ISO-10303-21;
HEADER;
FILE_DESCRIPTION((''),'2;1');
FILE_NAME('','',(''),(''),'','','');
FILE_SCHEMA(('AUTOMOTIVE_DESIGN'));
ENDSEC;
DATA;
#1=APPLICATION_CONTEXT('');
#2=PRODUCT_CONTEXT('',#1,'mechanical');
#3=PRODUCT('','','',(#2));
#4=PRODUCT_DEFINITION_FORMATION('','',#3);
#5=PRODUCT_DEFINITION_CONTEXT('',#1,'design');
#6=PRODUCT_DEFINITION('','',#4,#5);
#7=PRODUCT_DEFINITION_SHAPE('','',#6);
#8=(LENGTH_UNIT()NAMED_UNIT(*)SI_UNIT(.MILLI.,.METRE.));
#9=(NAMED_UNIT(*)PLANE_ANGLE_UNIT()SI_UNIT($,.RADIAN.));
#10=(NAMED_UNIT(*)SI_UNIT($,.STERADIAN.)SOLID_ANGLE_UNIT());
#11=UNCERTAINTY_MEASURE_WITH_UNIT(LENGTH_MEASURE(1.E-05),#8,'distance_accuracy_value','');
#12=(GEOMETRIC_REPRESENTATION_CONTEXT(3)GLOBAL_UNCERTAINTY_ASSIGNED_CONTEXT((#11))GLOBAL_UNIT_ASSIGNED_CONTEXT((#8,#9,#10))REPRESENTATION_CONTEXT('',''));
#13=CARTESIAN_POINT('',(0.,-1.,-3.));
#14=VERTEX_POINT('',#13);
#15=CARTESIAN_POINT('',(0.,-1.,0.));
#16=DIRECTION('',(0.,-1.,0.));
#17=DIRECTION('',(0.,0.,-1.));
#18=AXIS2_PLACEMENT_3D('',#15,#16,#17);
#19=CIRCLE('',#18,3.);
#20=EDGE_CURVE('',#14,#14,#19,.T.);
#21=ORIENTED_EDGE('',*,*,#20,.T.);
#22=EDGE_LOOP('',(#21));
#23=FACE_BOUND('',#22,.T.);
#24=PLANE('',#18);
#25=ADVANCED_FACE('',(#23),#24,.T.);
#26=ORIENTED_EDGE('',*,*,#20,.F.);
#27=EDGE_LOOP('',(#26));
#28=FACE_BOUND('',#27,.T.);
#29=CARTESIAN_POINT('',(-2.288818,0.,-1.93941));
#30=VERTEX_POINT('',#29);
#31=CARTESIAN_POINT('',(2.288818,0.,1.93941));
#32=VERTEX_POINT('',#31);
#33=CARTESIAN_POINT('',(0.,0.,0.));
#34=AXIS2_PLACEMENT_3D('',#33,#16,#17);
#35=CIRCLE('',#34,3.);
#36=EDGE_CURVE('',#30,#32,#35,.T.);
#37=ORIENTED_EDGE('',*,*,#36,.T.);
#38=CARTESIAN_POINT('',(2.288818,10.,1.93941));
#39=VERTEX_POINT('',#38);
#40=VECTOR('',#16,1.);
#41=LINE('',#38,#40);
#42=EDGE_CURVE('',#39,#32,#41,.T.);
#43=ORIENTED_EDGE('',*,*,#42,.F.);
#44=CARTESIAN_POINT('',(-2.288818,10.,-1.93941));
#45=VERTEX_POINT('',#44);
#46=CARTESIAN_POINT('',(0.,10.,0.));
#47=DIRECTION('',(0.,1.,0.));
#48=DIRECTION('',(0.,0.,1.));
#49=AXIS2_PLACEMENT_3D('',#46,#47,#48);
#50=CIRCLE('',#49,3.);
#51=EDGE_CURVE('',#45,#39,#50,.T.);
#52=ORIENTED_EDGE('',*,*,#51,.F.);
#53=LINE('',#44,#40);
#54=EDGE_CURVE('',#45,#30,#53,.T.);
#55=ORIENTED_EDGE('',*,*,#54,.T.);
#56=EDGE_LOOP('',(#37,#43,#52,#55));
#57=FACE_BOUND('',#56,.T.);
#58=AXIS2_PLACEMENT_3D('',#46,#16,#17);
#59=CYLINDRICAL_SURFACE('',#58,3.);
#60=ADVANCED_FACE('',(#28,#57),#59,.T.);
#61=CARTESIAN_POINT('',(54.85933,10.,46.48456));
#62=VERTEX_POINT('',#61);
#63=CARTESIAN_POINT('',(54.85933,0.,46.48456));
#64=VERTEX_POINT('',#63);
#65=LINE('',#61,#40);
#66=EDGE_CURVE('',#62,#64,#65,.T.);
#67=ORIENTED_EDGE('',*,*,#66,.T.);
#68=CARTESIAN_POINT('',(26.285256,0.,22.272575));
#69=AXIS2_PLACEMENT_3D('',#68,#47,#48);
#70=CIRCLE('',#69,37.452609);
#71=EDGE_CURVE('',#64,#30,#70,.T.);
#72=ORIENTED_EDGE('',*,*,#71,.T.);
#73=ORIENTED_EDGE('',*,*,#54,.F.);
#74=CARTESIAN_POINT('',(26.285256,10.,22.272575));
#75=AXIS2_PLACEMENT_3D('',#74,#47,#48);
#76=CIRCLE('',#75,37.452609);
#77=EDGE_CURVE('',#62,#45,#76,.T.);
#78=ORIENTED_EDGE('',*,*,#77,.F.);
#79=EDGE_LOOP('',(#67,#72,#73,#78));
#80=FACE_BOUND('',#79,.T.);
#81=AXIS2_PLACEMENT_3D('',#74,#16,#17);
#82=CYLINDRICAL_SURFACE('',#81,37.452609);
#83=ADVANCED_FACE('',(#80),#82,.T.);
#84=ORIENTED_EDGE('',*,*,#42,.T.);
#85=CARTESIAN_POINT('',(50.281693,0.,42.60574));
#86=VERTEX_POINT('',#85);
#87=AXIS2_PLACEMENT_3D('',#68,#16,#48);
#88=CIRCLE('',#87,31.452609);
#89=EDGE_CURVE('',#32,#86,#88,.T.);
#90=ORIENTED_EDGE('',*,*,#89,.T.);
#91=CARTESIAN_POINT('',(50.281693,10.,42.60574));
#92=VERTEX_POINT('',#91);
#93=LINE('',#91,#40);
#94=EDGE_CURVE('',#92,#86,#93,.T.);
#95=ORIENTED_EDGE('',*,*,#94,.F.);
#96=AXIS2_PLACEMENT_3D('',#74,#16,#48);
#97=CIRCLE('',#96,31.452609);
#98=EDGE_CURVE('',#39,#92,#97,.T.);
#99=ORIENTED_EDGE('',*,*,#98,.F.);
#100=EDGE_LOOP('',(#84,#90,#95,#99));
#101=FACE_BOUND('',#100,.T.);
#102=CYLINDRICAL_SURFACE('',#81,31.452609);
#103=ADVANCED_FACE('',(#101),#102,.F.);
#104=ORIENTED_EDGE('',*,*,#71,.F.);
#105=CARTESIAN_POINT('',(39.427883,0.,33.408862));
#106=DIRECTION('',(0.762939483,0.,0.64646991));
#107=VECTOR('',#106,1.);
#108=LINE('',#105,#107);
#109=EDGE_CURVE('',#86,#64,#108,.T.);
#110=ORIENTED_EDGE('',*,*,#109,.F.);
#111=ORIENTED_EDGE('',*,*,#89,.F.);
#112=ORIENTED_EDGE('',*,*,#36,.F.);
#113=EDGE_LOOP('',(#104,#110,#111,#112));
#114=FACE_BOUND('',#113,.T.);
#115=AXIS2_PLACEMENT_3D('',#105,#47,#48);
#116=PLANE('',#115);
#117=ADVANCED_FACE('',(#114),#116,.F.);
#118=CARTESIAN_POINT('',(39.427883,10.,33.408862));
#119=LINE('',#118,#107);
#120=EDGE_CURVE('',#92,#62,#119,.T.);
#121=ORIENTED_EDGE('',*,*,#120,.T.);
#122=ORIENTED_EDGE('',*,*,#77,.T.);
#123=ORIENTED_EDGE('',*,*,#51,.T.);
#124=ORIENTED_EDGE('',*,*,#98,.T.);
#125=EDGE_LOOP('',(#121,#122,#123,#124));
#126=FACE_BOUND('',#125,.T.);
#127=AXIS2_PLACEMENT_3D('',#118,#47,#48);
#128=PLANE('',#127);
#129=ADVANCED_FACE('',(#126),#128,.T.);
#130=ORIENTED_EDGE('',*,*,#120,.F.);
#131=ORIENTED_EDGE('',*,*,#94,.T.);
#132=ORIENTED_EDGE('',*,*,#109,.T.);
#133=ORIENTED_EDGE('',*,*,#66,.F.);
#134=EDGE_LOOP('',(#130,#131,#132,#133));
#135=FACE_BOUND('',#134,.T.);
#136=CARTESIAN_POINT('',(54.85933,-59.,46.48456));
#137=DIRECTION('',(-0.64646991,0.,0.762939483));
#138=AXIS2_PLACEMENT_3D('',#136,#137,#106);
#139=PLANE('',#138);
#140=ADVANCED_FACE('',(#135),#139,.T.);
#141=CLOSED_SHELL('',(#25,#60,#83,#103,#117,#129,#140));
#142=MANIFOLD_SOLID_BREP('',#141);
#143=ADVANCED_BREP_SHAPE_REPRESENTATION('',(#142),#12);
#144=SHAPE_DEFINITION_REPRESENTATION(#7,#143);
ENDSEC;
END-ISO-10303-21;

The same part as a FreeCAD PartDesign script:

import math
import FreeCAD as App
import Part
import Sketcher
from FreeCAD import Vector

doc = App.newDocument("Part")
params = doc.addObject("Spreadsheet::Sheet", "Params")
for row, (alias, value) in enumerate([
    ("sketch1_radius", "3 mm"),
    ("pad1_length", "10 mm"),
    ("sketch2_diameter", "6 mm"),
    ("pad2_length", "1 mm"),
    ("sketch3_radius", "3 mm"),
], start=1):
    params.set(f"A{row}", alias)
    params.set(f"B{row}", "=" + value)
    params.setAlias(f"B{row}", alias)

body = doc.addObject("PartDesign::Body", "Body")

# Sketch on XZ plane
sketch1 = body.newObject("Sketcher::SketchObject", "Sketch")
sketch1.AttachmentSupport = (doc.getObject("XZ_Plane"), [""])
sketch1.MapMode = "FlatFace"
sketch1.addGeometry([
    Part.ArcOfCircle(Part.Circle(Vector(26.3, 22.3, 0), Vector(0, 0, 1), 37.5), math.radians(-140), math.radians(40)),
    Part.ArcOfCircle(Part.Circle(Vector(0, 0, 0), Vector(0, 0, 1), 3), math.radians(40), math.radians(220)),
    Part.ArcOfCircle(Part.Circle(Vector(26.3, 22.3, 0), Vector(0, 0, 1), 31.5), math.radians(-140), math.radians(40)),
    Part.ArcOfCircle(Part.Circle(Vector(52.6, 44.5, 0), Vector(0, 0, 1), 3), math.radians(40), math.radians(220)),
], False)
sketch1.addConstraint([
    Sketcher.Constraint("Tangent", 0, 1, 1, 2),
    Sketcher.Constraint("Tangent", 1, 1, 2, 1),
    Sketcher.Constraint("Tangent", 2, 2, 3, 2),
    Sketcher.Constraint("Tangent", 3, 1, 0, 2),
    Sketcher.Constraint("Coincident", 1, 3, -1, 1),
    Sketcher.Constraint("Coincident", 2, 3, 0, 3),
    Sketcher.Constraint("Radius", 1, 3.0),
    Sketcher.Constraint("Radius", 0, 37.452609),
    Sketcher.Constraint("DistanceX", -1, 1, 3, 3, 52.570511),
    Sketcher.Constraint("DistanceX", -1, 1, 1, 1, 2.288818),
])
sketch1.setExpression("Constraints[6]", "Params.sketch1_radius")
pad1 = body.newObject("PartDesign::Pad", "Pad")
pad1.Profile = sketch1
pad1.setExpression("Length", "Params.pad1_length")
pad1.Reversed = True

# Sketch on XZ plane
sketch2 = body.newObject("Sketcher::SketchObject", "Sketch001")
sketch2.AttachmentSupport = (doc.getObject("XZ_Plane"), [""])
sketch2.MapMode = "FlatFace"
sketch2.AttachmentOffset = App.Placement(Vector(0, 0, 1), App.Rotation())
sketch2.addGeometry(Part.Circle(Vector(0, 0, 0), Vector(0, 0, 1), 3), False)
sketch2.addConstraint([
    Sketcher.Constraint("Coincident", 0, 3, -1, 1),
    Sketcher.Constraint("Diameter", 0, 6.0),
])
sketch2.setExpression("Constraints[1]", "Params.sketch2_diameter")
pad2 = body.newObject("PartDesign::Pad", "Pad001")
pad2.Profile = sketch2
pad2.setExpression("Length", "Params.pad2_length")
pad2.Reversed = True

# Sketch on XZ plane
sketch3 = body.newObject("Sketcher::SketchObject", "Sketch002")
sketch3.AttachmentSupport = (doc.getObject("XZ_Plane"), [""])
sketch3.MapMode = "FlatFace"
sketch3.addGeometry([
    Part.LineSegment(Vector(50.3, 42.6, 0), Vector(54.9, 46.5, 0)),
    Part.ArcOfCircle(Part.Circle(Vector(52.6, 44.5, 0), Vector(0, 0, 1), 3), math.radians(40), math.radians(130)),
    Part.ArcOfCircle(Part.Circle(Vector(52.6, 44.5, 0), Vector(0, 0, 1), 3), math.radians(130), math.radians(220)),
], False)
sketch3.addConstraint([
    Sketcher.Constraint("Coincident", 0, 2, 1, 1),
    Sketcher.Constraint("Tangent", 1, 2, 2, 1),
    Sketcher.Constraint("Coincident", 2, 2, 0, 1),
    Sketcher.Constraint("Equal", 1, 2),
    Sketcher.Constraint("Radius", 1, 3.0),
    Sketcher.Constraint("DistanceX", -1, 1, 1, 2, 50.631101),
    Sketcher.Constraint("DistanceX", -1, 1, 1, 3, 52.570511),
    Sketcher.Constraint("DistanceY", -1, 1, 1, 3, 44.54515),
    Sketcher.Constraint("DistanceX", -1, 1, 0, 2, 54.85933),
    Sketcher.Constraint("DistanceY", -1, 1, 2, 2, 42.60574),
])
sketch3.setExpression("Constraints[4]", "Params.sketch3_radius")
pocket1 = body.newObject("PartDesign::Pocket", "Pocket")
pocket1.Profile = sketch3
pocket1.Type = "ThroughAll"
pocket1.Midplane = True

doc.recompute()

### [Directions for this task]
Transcribe only the lines from the beginning of the entries to the line with "#6=PRODUCT_DEFINITION('','',#4,#5);", inclusive, exactly as written.

### [Answer for the task]
ISO-10303-21;
HEADER;
FILE_DESCRIPTION((''),'2;1');
FILE_NAME('','',(''),(''),'','','');
FILE_SCHEMA(('AUTOMOTIVE_DESIGN'));
ENDSEC;
DATA;
#1=APPLICATION_CONTEXT('');
#2=PRODUCT_CONTEXT('',#1,'mechanical');
#3=PRODUCT('','','',(#2));
#4=PRODUCT_DEFINITION_FORMATION('','',#3);
#5=PRODUCT_DEFINITION_CONTEXT('',#1,'design');
#6=PRODUCT_DEFINITION('','',#4,#5);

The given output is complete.